Data for this exercise START
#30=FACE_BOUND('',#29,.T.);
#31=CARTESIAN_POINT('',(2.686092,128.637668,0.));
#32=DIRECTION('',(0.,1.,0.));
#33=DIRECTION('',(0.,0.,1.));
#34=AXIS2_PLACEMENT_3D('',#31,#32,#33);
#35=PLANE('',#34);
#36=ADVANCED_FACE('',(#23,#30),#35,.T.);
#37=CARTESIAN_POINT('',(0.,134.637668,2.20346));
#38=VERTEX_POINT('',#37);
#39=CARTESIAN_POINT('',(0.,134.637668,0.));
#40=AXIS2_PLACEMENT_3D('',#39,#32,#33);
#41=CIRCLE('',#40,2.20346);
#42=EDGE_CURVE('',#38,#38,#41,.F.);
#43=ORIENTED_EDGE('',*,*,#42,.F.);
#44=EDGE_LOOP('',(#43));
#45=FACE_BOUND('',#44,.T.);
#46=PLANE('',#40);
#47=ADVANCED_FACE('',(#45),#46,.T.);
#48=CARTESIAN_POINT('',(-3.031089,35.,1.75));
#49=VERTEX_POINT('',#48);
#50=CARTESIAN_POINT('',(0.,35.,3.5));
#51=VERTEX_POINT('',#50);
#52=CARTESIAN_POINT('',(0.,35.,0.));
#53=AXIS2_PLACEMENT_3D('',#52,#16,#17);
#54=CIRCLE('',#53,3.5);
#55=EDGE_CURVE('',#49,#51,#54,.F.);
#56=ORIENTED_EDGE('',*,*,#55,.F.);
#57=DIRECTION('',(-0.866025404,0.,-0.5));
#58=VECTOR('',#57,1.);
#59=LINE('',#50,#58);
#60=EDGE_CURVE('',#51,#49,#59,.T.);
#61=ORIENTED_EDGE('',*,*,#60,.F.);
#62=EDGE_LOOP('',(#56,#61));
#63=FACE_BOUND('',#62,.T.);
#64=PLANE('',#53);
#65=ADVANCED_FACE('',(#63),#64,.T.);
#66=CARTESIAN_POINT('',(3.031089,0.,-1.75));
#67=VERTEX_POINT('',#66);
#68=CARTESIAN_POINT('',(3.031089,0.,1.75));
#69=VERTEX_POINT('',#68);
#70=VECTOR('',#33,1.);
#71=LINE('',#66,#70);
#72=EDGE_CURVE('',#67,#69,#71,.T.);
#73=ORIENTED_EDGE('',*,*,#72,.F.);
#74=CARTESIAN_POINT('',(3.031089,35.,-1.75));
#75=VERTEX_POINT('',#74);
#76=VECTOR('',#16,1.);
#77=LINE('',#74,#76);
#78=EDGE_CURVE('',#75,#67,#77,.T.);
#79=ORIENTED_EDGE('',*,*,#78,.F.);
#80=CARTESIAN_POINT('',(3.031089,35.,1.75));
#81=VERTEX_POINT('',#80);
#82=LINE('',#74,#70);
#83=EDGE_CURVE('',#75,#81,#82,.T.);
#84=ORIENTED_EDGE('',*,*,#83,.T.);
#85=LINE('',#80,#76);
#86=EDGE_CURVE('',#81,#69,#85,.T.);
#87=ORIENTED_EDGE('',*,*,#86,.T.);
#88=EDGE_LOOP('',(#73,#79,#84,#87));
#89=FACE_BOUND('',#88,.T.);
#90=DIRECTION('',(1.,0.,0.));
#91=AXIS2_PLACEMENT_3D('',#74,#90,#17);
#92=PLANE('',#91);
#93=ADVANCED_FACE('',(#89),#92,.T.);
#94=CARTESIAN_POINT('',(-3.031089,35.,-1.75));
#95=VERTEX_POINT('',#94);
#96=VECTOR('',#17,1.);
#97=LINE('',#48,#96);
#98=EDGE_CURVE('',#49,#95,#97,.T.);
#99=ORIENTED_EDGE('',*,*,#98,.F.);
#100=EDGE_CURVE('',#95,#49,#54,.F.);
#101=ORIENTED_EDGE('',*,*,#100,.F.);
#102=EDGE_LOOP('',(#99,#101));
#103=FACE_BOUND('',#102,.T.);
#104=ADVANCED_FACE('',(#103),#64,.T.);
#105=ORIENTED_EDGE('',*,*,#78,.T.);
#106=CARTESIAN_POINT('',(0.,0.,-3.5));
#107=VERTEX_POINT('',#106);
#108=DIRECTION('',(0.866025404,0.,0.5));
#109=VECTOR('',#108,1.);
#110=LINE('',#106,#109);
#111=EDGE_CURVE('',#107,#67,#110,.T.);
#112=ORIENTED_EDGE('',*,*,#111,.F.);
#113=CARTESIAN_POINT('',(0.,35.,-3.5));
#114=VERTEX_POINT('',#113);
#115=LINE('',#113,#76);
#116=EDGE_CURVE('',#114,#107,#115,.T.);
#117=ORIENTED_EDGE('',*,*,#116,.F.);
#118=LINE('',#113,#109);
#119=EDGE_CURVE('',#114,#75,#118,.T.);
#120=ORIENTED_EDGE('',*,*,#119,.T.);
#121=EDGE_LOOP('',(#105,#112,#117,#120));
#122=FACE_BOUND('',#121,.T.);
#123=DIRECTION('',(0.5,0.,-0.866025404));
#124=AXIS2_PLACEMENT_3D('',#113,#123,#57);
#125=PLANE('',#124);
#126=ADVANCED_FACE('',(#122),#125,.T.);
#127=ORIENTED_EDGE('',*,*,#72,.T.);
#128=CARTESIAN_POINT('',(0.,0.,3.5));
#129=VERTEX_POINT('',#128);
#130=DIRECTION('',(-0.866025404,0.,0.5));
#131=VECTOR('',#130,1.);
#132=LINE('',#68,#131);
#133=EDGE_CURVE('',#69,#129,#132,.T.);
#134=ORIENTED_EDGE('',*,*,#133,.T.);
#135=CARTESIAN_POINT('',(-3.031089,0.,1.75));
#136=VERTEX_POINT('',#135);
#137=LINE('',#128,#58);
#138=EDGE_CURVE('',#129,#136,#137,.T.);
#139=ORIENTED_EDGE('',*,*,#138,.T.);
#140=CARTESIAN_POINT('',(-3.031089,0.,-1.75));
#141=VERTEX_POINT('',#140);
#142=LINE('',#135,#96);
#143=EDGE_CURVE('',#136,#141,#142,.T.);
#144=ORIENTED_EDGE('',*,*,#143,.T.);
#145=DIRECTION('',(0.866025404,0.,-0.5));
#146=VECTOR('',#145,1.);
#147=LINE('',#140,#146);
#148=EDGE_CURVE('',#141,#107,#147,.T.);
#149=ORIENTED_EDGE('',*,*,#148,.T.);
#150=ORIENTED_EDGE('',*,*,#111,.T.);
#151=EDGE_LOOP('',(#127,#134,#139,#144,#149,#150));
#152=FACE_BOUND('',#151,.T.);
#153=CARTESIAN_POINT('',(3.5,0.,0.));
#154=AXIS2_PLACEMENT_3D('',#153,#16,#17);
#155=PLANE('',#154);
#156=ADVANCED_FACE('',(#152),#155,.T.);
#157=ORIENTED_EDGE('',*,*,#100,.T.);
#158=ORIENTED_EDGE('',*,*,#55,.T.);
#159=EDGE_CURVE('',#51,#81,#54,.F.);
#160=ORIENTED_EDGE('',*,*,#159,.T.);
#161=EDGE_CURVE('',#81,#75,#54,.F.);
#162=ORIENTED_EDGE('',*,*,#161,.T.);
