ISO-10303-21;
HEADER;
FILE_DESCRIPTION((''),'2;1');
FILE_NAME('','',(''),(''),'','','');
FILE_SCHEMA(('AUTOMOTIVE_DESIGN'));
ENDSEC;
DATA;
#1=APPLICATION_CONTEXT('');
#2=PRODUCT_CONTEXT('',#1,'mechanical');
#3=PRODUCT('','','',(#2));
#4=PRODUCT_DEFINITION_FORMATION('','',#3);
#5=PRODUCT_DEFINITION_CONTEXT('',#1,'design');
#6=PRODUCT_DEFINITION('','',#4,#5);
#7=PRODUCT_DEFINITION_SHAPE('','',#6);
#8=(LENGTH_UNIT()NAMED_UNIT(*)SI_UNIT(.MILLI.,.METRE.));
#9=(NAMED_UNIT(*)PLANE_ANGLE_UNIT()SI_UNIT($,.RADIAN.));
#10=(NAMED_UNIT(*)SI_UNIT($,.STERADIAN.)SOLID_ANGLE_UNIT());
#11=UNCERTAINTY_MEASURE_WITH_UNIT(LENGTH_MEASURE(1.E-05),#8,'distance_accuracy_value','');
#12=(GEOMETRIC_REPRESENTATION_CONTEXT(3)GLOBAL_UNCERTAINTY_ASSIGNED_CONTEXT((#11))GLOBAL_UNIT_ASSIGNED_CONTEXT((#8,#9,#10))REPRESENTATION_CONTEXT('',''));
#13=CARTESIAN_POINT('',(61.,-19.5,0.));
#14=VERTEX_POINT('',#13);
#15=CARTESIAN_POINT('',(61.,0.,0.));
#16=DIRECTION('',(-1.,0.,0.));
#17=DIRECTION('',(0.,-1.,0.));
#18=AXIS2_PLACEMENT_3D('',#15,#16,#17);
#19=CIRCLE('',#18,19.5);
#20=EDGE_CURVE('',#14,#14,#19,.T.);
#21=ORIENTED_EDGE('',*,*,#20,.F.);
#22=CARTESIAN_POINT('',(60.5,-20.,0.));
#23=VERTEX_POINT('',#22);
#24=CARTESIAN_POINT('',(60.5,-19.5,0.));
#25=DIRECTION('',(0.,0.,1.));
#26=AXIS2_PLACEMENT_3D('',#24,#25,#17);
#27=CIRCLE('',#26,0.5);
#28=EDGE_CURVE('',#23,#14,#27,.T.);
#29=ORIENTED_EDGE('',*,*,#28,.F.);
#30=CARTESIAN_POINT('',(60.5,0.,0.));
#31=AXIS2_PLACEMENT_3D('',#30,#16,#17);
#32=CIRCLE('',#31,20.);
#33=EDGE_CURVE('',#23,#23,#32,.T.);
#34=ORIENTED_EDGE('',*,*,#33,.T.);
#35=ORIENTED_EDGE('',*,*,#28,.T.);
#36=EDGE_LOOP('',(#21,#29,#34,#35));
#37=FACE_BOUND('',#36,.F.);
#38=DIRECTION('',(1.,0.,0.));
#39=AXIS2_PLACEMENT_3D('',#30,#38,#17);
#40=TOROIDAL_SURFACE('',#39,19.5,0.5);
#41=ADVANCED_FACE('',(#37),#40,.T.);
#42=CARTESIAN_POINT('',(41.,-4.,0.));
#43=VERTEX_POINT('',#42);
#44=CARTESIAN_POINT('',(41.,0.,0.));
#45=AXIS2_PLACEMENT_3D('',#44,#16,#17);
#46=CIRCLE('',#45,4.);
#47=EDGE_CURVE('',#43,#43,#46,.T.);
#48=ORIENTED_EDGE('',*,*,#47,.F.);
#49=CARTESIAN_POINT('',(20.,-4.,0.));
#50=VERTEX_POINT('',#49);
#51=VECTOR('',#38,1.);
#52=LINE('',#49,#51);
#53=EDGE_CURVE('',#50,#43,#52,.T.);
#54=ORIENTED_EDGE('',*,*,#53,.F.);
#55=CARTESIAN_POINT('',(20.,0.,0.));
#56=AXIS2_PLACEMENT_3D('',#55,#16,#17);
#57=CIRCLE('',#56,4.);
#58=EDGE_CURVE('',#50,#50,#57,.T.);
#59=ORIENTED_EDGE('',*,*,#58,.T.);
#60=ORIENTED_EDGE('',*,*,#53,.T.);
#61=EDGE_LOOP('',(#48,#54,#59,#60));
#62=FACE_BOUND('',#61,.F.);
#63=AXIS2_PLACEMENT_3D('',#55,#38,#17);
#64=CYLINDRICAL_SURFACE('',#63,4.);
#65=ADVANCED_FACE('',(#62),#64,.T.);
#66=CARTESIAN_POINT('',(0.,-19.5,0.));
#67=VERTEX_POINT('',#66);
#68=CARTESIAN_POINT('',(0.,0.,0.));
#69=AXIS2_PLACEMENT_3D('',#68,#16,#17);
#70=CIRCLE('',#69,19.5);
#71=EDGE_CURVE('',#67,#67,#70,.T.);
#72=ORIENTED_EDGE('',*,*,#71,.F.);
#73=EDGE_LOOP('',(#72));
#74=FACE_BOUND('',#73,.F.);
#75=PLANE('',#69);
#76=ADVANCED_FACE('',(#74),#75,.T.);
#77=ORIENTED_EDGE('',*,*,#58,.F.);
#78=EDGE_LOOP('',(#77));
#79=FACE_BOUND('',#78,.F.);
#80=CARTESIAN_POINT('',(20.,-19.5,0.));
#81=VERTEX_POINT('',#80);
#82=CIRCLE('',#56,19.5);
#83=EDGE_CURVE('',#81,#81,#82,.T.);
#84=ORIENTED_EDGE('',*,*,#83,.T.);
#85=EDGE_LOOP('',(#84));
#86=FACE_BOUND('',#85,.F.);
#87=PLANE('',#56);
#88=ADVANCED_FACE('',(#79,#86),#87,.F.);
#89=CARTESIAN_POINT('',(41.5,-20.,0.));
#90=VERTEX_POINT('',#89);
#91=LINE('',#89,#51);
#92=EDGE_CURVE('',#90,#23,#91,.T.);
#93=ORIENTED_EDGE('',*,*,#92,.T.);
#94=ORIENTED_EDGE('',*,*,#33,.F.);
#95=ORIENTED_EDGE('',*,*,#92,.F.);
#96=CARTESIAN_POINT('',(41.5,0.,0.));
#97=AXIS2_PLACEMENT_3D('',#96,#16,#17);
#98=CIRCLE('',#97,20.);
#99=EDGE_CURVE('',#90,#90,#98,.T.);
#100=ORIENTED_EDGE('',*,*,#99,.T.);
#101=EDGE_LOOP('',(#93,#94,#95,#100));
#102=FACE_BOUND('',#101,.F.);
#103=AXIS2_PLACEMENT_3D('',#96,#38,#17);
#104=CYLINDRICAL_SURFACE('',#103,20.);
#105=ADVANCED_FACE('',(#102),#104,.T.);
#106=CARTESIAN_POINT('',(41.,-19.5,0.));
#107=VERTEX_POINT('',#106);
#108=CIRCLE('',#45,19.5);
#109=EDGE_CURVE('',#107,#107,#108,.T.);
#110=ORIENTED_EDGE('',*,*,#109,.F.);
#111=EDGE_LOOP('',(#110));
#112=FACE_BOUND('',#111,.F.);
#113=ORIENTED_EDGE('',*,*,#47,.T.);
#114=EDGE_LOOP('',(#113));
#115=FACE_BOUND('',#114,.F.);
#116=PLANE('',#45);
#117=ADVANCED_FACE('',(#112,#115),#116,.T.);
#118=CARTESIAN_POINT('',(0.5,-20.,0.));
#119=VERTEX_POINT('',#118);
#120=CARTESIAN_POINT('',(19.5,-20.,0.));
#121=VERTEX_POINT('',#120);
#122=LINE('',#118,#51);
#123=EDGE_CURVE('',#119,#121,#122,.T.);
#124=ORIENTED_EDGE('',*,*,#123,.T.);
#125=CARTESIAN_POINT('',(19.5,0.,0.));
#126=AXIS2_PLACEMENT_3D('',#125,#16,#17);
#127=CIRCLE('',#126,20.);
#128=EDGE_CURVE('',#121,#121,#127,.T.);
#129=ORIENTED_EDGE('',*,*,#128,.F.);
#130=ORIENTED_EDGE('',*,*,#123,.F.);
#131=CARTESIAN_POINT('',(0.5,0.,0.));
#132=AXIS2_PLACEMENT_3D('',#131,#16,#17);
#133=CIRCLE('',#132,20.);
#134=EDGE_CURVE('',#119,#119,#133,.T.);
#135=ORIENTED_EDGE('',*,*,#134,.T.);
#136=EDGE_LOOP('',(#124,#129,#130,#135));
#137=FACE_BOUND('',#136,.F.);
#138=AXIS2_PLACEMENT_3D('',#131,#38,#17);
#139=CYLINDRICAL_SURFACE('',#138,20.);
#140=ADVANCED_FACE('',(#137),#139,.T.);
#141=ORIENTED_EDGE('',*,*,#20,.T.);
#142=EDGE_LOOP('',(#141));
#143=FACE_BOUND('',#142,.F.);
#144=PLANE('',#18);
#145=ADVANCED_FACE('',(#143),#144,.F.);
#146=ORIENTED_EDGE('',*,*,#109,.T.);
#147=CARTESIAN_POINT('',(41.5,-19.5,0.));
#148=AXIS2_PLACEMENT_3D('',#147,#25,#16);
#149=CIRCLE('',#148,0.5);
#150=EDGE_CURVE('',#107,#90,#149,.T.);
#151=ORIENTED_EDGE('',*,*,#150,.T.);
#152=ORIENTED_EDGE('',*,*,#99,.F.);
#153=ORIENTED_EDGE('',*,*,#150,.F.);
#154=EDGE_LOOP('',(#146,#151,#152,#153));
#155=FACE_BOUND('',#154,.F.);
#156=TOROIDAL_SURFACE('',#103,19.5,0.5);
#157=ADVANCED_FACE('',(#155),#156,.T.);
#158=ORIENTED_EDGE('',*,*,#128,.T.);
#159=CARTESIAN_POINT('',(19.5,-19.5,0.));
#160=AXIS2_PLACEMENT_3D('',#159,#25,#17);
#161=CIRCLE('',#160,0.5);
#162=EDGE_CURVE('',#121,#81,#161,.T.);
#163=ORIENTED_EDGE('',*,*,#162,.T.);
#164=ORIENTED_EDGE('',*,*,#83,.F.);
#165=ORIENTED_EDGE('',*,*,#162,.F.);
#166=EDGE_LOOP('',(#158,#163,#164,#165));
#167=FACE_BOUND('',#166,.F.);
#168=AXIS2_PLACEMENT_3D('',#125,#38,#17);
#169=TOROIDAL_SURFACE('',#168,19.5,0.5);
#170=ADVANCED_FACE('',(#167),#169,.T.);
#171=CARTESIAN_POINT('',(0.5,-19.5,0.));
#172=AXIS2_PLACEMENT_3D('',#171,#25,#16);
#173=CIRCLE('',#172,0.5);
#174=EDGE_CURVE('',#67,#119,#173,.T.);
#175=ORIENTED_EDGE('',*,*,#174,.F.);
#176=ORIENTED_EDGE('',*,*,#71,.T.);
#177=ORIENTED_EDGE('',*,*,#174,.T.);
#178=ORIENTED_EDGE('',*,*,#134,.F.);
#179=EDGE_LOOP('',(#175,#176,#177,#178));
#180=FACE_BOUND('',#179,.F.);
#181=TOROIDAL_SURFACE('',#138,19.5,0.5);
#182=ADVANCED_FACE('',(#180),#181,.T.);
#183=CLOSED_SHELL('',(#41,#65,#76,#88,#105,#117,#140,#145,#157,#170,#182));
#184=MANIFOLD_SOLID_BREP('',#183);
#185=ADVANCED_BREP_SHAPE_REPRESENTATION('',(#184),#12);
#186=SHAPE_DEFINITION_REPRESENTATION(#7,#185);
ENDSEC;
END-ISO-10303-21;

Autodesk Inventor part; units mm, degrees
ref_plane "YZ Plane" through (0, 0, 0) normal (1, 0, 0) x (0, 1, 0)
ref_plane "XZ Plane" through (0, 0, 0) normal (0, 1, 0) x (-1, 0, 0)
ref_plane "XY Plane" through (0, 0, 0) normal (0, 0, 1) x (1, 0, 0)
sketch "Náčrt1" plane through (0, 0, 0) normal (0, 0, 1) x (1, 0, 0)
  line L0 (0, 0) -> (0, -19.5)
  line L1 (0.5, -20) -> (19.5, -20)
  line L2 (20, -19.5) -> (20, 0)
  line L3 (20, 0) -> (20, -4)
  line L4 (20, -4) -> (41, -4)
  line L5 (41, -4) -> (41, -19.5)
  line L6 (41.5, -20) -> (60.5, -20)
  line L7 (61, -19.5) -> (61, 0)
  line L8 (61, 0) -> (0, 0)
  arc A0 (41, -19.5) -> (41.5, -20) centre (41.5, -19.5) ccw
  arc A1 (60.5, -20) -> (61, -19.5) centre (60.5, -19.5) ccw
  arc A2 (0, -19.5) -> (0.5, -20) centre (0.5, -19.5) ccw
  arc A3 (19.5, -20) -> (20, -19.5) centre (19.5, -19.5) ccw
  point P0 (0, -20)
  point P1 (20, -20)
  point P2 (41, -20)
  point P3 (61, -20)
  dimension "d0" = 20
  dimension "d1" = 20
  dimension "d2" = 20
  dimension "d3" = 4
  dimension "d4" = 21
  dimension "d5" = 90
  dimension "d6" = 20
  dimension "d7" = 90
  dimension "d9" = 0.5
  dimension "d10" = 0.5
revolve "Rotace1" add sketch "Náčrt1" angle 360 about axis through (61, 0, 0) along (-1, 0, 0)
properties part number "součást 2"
Data for this exercise END
Data for this exercise START
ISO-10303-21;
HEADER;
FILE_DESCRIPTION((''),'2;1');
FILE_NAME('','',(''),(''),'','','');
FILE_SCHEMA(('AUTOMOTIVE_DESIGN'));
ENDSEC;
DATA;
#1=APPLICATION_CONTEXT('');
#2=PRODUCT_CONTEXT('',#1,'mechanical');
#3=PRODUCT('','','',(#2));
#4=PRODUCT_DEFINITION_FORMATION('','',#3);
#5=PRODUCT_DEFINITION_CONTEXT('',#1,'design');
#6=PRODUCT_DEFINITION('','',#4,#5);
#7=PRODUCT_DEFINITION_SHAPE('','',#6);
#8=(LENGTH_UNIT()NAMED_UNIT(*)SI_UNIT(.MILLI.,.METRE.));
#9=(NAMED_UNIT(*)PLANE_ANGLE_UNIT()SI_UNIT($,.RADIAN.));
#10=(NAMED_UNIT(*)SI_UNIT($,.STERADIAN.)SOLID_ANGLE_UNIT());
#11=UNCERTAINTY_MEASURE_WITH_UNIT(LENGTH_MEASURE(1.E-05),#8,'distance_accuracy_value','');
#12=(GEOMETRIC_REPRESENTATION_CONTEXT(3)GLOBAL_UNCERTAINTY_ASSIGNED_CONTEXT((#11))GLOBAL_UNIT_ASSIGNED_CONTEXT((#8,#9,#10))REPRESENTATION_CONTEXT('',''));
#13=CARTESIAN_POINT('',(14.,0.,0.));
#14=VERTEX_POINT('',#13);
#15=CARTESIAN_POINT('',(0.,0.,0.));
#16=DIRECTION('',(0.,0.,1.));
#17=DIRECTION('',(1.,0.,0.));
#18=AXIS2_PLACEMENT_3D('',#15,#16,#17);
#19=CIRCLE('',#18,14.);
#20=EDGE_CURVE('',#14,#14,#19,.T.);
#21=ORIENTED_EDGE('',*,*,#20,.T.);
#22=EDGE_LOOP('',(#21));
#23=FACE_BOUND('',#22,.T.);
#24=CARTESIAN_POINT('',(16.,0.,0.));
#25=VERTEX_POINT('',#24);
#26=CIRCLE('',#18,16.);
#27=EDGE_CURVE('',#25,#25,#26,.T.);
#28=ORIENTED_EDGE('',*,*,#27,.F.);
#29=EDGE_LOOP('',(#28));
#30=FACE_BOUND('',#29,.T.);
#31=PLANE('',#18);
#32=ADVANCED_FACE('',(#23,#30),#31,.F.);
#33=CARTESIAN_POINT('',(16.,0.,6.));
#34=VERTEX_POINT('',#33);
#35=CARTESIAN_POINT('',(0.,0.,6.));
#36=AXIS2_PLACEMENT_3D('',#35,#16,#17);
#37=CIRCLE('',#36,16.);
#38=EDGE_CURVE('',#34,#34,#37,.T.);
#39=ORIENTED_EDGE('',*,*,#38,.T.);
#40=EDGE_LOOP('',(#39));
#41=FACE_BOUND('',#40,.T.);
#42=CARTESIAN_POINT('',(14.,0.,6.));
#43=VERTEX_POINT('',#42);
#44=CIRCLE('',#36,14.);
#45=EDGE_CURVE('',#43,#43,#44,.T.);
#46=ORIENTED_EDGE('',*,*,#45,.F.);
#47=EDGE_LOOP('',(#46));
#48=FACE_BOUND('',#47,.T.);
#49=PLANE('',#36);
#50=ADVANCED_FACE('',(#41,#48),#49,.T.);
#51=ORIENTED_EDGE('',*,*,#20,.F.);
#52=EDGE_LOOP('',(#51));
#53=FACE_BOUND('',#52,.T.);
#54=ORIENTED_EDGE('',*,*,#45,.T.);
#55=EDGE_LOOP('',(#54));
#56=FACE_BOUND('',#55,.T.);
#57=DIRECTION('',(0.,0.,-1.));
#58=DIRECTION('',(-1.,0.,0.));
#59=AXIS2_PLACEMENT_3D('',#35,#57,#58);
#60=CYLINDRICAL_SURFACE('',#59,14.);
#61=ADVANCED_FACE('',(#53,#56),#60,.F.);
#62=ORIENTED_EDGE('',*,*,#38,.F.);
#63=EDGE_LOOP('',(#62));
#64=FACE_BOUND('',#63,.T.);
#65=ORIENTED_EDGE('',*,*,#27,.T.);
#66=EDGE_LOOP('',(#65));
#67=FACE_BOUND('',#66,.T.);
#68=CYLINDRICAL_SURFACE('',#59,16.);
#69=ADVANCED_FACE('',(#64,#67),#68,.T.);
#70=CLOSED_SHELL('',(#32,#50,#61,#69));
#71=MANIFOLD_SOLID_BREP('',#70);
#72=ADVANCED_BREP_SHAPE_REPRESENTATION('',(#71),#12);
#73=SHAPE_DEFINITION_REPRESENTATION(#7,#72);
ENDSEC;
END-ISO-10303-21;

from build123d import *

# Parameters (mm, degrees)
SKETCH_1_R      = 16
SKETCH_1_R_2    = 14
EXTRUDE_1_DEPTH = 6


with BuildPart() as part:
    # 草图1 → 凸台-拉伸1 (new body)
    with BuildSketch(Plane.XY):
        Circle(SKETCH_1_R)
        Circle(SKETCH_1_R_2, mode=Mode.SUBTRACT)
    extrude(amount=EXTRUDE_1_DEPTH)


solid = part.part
Data for this exercise END
Aim of the exercise:
All lines in the data above from the one with "#53=AXIS2_PLACEMENT_3D('',#52,#16,#17);" through the one with "#60=EDGE_CURVE('',#51,#49,#59,.T.);" must be repeated exactly, and no others.

Reply:
#53=AXIS2_PLACEMENT_3D('',#52,#16,#17);
#54=CIRCLE('',#53,3.5);
#55=EDGE_CURVE('',#49,#51,#54,.F.);
#56=ORIENTED_EDGE('',*,*,#55,.F.);
#57=DIRECTION('',(-0.866025404,0.,-0.5));
#58=VECTOR('',#57,1.);
#59=LINE('',#50,#58);
#60=EDGE_CURVE('',#51,#49,#59,.T.);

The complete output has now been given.